Por outro lado, entregar o dízimo com obediência
ao Senhor é repreender o devorador e contar
com a promessa das janelas abertas do céu,
de onde descem toda sorte de bênção
descrita na Palavra de Deus.
O livro de Malaquias, o último profeta
do Velho Testamento, registra no capítulo
3.8-12, alguns perigos quanto ao dízimo:
Primeiro, reter o dízimo – “Roubará
o homem a Deus? Todavia, vós me roubais
a nação toda.” Se o dízimo
é santo ao Senhor, não podemos lançar
mão dele, não podemos comê-lo
nem usá-lo.

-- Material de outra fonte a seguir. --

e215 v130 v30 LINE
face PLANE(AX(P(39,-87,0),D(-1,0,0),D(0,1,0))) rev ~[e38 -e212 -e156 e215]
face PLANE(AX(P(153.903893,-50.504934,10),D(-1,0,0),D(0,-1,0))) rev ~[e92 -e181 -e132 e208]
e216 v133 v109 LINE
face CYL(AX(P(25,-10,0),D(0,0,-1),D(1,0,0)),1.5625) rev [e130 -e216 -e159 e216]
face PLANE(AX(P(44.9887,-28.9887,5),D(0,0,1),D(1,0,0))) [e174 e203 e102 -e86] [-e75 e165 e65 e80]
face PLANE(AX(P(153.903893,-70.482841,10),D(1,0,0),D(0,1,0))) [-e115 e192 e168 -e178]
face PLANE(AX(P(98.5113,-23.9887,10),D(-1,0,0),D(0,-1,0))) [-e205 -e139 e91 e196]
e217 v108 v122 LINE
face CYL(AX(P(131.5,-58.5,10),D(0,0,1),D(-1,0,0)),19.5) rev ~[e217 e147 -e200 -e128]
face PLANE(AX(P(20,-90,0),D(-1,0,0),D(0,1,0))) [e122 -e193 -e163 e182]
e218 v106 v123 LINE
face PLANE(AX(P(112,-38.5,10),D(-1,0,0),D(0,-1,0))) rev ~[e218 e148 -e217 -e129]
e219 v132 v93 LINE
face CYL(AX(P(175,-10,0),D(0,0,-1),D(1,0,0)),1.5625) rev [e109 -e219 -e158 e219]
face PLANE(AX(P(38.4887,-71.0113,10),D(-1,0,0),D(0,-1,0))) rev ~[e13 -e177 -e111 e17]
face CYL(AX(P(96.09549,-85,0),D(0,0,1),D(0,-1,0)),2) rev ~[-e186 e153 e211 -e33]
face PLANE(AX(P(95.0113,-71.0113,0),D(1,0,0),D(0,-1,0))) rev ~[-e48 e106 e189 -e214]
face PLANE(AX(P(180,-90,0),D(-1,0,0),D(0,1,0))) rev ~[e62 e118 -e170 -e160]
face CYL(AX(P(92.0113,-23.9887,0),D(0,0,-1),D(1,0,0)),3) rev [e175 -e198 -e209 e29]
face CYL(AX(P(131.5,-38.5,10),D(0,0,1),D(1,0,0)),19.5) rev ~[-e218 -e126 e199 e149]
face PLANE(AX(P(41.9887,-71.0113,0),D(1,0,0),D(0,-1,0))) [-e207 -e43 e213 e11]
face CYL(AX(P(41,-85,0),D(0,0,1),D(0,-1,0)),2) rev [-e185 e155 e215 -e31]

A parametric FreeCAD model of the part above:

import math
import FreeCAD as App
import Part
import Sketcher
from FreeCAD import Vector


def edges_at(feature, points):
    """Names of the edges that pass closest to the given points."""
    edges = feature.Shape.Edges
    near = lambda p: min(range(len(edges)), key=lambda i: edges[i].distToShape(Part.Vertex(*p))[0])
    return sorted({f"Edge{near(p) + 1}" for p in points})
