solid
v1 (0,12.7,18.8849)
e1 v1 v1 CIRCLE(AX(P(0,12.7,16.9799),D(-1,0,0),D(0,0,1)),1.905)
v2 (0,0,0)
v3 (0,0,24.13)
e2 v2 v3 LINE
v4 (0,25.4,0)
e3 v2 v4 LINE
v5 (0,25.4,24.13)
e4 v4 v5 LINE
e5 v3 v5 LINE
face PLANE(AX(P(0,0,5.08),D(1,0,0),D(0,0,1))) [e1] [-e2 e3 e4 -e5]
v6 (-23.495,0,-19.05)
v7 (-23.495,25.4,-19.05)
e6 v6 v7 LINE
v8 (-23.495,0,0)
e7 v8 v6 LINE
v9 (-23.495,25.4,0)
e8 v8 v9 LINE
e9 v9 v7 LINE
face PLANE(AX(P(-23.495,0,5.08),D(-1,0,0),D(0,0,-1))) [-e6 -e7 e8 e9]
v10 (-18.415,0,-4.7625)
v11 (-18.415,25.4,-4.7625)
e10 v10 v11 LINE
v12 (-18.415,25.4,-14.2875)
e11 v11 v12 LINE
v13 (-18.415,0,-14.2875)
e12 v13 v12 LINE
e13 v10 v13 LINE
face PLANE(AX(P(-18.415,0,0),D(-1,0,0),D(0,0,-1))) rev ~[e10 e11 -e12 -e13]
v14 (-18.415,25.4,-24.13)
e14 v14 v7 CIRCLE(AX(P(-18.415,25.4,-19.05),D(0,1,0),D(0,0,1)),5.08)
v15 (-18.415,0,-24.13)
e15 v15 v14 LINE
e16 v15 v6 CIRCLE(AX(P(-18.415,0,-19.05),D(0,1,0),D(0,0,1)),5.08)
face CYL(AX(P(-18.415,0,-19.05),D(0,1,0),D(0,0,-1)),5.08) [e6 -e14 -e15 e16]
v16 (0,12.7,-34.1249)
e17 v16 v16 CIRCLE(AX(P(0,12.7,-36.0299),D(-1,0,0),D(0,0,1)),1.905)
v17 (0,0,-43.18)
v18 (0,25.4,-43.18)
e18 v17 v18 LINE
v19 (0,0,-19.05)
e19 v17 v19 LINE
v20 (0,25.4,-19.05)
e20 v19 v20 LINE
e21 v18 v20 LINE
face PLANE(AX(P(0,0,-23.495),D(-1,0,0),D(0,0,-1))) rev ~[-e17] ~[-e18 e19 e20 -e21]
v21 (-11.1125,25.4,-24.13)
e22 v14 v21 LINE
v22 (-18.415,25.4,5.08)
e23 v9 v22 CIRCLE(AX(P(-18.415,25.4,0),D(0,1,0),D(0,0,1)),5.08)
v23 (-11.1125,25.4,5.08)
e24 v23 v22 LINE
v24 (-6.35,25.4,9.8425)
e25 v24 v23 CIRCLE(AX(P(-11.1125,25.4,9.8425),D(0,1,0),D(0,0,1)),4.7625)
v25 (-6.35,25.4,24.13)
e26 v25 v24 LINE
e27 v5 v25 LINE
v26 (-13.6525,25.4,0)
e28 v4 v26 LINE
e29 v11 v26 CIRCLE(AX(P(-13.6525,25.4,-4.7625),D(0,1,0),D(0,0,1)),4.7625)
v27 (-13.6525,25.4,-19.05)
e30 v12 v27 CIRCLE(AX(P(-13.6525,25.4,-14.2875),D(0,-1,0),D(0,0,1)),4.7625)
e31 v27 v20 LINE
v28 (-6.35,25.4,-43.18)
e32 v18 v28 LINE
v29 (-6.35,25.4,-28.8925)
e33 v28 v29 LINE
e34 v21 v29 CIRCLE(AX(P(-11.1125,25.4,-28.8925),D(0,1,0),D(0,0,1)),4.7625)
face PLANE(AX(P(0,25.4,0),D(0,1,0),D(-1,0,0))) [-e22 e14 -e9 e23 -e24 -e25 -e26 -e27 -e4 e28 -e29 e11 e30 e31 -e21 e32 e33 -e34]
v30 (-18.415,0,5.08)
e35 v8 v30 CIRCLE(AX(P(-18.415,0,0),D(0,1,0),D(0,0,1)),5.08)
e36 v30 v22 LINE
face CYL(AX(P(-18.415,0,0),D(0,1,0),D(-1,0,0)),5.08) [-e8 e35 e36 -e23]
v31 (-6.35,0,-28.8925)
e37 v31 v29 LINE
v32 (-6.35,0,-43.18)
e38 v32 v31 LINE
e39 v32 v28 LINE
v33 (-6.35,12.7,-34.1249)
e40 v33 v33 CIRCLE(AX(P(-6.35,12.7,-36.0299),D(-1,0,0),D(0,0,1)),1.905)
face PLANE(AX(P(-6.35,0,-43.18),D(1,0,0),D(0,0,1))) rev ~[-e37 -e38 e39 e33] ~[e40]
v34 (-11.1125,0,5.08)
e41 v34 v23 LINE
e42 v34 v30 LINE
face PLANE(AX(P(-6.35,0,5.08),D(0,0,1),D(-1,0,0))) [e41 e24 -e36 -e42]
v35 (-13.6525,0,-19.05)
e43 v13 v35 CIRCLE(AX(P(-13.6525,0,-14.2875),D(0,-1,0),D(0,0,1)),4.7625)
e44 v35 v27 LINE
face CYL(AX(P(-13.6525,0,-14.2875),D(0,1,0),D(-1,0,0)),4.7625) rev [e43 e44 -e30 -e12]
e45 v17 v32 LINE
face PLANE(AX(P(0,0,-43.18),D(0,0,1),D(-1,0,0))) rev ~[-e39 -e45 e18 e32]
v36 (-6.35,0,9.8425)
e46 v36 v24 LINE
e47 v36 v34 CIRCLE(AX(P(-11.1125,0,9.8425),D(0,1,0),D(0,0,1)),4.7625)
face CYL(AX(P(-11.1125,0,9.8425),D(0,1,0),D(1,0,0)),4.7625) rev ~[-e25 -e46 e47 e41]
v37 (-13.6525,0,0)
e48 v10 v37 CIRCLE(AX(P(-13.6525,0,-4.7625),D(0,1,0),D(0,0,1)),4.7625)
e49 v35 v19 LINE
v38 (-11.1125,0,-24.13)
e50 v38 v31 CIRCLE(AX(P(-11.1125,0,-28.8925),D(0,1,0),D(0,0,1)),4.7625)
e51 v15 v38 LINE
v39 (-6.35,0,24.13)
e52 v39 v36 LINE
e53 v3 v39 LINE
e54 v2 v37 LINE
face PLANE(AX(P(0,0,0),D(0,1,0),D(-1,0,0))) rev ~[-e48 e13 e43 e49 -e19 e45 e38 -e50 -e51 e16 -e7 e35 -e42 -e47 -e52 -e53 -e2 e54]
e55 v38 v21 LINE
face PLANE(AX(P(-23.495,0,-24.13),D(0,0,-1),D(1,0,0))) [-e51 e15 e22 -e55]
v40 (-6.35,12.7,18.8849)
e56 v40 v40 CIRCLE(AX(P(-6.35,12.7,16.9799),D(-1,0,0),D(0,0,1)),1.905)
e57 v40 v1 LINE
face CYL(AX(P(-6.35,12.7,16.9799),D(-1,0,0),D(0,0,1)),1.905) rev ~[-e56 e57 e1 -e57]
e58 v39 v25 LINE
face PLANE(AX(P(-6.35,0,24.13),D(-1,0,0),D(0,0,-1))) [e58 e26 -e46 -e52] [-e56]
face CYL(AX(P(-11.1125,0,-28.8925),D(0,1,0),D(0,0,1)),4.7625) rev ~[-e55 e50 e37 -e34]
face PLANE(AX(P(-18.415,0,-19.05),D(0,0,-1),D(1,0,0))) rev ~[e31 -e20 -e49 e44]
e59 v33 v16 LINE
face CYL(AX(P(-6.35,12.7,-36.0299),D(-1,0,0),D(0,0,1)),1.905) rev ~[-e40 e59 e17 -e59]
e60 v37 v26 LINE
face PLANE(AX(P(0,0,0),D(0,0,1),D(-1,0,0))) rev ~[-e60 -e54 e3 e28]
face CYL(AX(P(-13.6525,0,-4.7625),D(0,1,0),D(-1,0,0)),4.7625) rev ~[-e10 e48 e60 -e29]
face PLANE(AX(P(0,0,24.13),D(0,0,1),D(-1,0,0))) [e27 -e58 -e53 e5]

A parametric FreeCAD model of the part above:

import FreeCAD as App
import Part
import Sketcher

V = App.Vector
Q = App.Units.Quantity


def edges_at(feature, points):
    """Names of the edges that pass closest to the given points."""
    edges = feature.Shape.Edges
    near = lambda p: min(range(len(edges)), key=lambda i: edges[i].distToShape(Part.Vertex(*p))[0])
    return sorted({f"Edge{near(p) + 1}" for p in points})

doc = App.newDocument("Part")
body = doc.addObject("PartDesign::Body", "Body")

# Sketch on XZ plane
sketch1 = doc.addObject("Sketcher::SketchObject", "Sketch")
body.addObject(sketch1)
sketch1.AttachmentSupport = (doc.XZ_Plane, [""])
sketch1.MapMode = "FlatFace"
sketch1.addGeometry([
    Part.LineSegment(V(0, 24.13, 0), V(0, 0, 0)),  # 0
    Part.LineSegment(V(0, 0, 0), V(-18.415, 0, 0)),  # 1
    Part.LineSegment(V(-18.415, 0, 0), V(-18.415, -19.05, 0)),  # 2
    Part.LineSegment(V(-18.415, -19.05, 0), V(0, -19.05, 0)),  # 3
    Part.LineSegment(V(0, -19.05, 0), V(0, -43.18, 0)),  # 4
    Part.LineSegment(V(0, -43.18, 0), V(-6.35, -43.18, 0)),  # 5
    Part.LineSegment(V(-6.35, -43.18, 0), V(-6.35, -24.13, 0)),  # 6
    Part.LineSegment(V(-6.35, -24.13, 0), V(-23.495, -24.13, 0)),  # 7
    Part.LineSegment(V(-23.495, -24.13, 0), V(-23.495, 5.08, 0)),  # 8
    Part.LineSegment(V(-23.495, 5.08, 0), V(-6.35, 5.08, 0)),  # 9
    Part.LineSegment(V(-6.35, 5.08, 0), V(-6.35, 24.13, 0)),  # 10
    Part.LineSegment(V(-6.35, 24.13, 0), V(0, 24.13, 0)),  # 11
], False)
sketch1.addConstraint([
    Sketcher.Constraint("Coincident", 0, 2, 1, 1),
    Sketcher.Constraint("Coincident", 1, 2, 2, 1),
    Sketcher.Constraint("Coincident", 2, 2, 3, 1),
    Sketcher.Constraint("Coincident", 3, 2, 4, 1),
    Sketcher.Constraint("Coincident", 4, 2, 5, 1),
    Sketcher.Constraint("Coincident", 5, 2, 6, 1),
    Sketcher.Constraint("Coincident", 6, 2, 7, 1),
    Sketcher.Constraint("Coincident", 7, 2, 8, 1),
    Sketcher.Constraint("Coincident", 8, 2, 9, 1),
    Sketcher.Constraint("Coincident", 9, 2, 10, 1),
    Sketcher.Constraint("Coincident", 10, 2, 11, 1),
    Sketcher.Constraint("Coincident", 11, 2, 0, 1),
    Sketcher.Constraint("Vertical", 0),
    Sketcher.Constraint("Horizontal", 1),
    Sketcher.Constraint("Vertical", 2),
    Sketcher.Constraint("Horizontal", 3),
    Sketcher.Constraint("Vertical", 4),
    Sketcher.Constraint("Horizontal", 5),
    Sketcher.Constraint("Vertical", 6),
    Sketcher.Constraint("Horizontal", 7),
    Sketcher.Constraint("Vertical", 8),
    Sketcher.Constraint("Horizontal", 9),
    Sketcher.Constraint("Vertical", 10),
    Sketcher.Constraint("Horizontal", 11),
    Sketcher.Constraint("Coincident", 0, 2, -1, 1),
    Sketcher.Constraint("Symmetric", 6, 2, 10, 2, -1),
    Sketcher.Constraint("PointOnObject", 3, 2, -2),
    Sketcher.Constraint("Equal", 0, 4),
    Sketcher.Constraint("Equal", 6, 10),
    Sketcher.Constraint("DistanceX", 5, 2, 5, 1, Q("0.25 in")),
    Sketcher.Constraint("DistanceY", 0, 2, 0, 1, Q("0.95 in")),
    Sketcher.Constraint("DistanceY", 2, 2, 2, 1, Q("0.75 in")),
    Sketcher.Constraint("DistanceX", 7, 2, 2, 2, Q("0.2 in")),
    Sketcher.Constraint("DistanceX", 1, 2, 1, 1, Q("0.725 in")),
])
pad1 = doc.addObject("PartDesign::Pad", "Pad")
body.addObject(pad1)
pad1.Profile = sketch1
pad1.Length = Q("1 in")
pad1.Reversed = True
doc.recompute()

fillet = doc.addObject("PartDesign::Fillet", "Fillet")
body.addObject(fillet)
fillet.Base = (pad1, edges_at(pad1, [(-18.415, 12.7, 0)]))
fillet.Radius = Q("0.1875 in")
doc.recompute()

fillet2 = doc.addObject("PartDesign::Fillet", "Fillet001")
body.addObject(fillet2)
fillet2.Base = (fillet, edges_at(fillet, [(-18.415, 12.7, -19.05)]))
fillet2.Radius = Q("0.1875 in")
doc.recompute()

fillet3 = doc.addObject("PartDesign::Fillet", "Fillet002")
body.addObject(fillet3)
fillet3.Base = (fillet2, edges_at(fillet2, [(-6.35, 12.7, 5.08)]))
fillet3.Radius = Q("0.1875 in")
doc.recompute()

fillet4 = doc.addObject("PartDesign::Fillet", "Fillet003")
body.addObject(fillet4)
fillet4.Base = (fillet3, edges_at(fillet3, [(-6.35, 12.7, -24.13)]))
fillet4.Radius = Q("0.1875 in")
doc.recompute()

fillet5 = doc.addObject("PartDesign::Fillet", "Fillet004")
body.addObject(fillet5)
fillet5.Base = (fillet4, edges_at(fillet4, [(-23.495, 12.7, 5.08), (-23.495, 12.7, -24.13)]))
fillet5.Radius = Q("0.2 in")

# Sketch on YZ plane
sketch2 = doc.addObject("Sketcher::SketchObject", "Sketch001")
body.addObject(sketch2)
sketch2.AttachmentSupport = (doc.YZ_Plane, [""])
sketch2.MapMode = "FlatFace"
sketch2.AttachmentOffset = App.Placement(V(0, 0, -0.25 * 25.4), App.Rotation())
sketch2.addGeometry(Part.Circle(V(12.7, 16.9799, 0), V(0, 0, 1), 1.905), False)
sketch2.addConstraint([
    Sketcher.Constraint("Diameter", 0, Q("0.15 in")),
    Sketcher.Constraint("DistanceX", -1, 1, 0, 3, Q("0.5 in")),
    Sketcher.Constraint("DistanceY", -1, 1, 0, 3, Q("0.6685 in")),
])
pocket1 = doc.addObject("PartDesign::Pocket", "Pocket")
body.addObject(pocket1)
pocket1.Profile = sketch2
pocket1.Length = Q("0.25 in")
pocket1.Reversed = True

# Sketch on YZ plane
sketch3 = doc.addObject("Sketcher::SketchObject", "Sketch002")
body.addObject(sketch3)
sketch3.AttachmentSupport = (doc.YZ_Plane, [""])
sketch3.MapMode = "FlatFace"
sketch3.AttachmentOffset = App.Placement(V(0, 0, -0.25 * 25.4), App.Rotation())
sketch3.addGeometry(Part.Circle(V(12.7, -36.0299, 0), V(0, 0, 1), 1.905), False)
sketch3.addConstraint([
    Sketcher.Constraint("Diameter", 0, Q("0.15 in")),
    Sketcher.Constraint("DistanceX", -1, 1, 0, 3, Q("0.5 in")),
    Sketcher.Constraint("DistanceY", 0, 3, -1, 1, Q("1.4185 in")),
])
pocket2 = doc.addObject("PartDesign::Pocket", "Pocket001")
body.addObject(pocket2)
pocket2.Profile = sketch3
pocket2.Length = Q("0.25 in")
pocket2.Reversed = True

doc.recompute()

Precisa ser criteriosamente
devolvido ao Senhor. Não devolver o dízimo
é roubo, assalto acintoso a Deus. Segundo,
subtrair o dízimo – “Trazei
todos os dízimos.” O dízimo
é integral. É total. Não
podemos enganar a Deus. Na história da
igreja primitiva, registrada no livro de Atos
dos Apóstolos, o casal Ananias e Safira
tentou reter parte da oferta, e Pedro disse que
eles não mentiram a homens, mas ao Espírito
Santo. Deus não precisa do nosso dinheiro,
pois Ele é dono do ouro e da prata, dos
animais do campo, da terra, da sua plenitude e
de todos os que nela habitam. Aliás, tudo
o que somos e temos pertence a Deus. Tudo que
damos ao Senhor, vem das suas próprias
mãos. O que Deus requer de nós é
fidelidade. Não temos autoridade para administrar
o dízimo, pois a Bíblia registra
o seguinte: “Trazei todos os dízimos
à casa do tesouro.” Deus não
nos autorizou administrar o dízimo. Não
podemos fazer o que bem entendemos com o que é
de Deus. Ele mesmo já estabeleceu em sua
Palavra que o dízimo deve ser entregue
em sua casa, ou seja, na Casa de Oração,
na igreja. Deus não nos constituiu administradores
do dízimo, mas nos ordenou a entregá-lo
com fidelidade em sua casa.
O profeta Malaquias
ainda fala sobre duas conseqüências
graves para os que são infiéis na
devolução dos dízimos: A
primeira é a maldição divina
– “Com maldição sois
amaldiçoados.” A desobediência
sempre desemboca em maldição. Insurgir-se
contra Deus e violar as suas leis traz maldição
inevitável. Deus é santo e não
premia a infidelidade. Ele vela pela sua Palavra
em cumpri-la. Deus é fogo consumidor e
terrível coisa é cair nas mãos
do Deus vivo. É tempo de a igreja arrepender-se
do seu pecado de infidelidade quanto ao dízimo.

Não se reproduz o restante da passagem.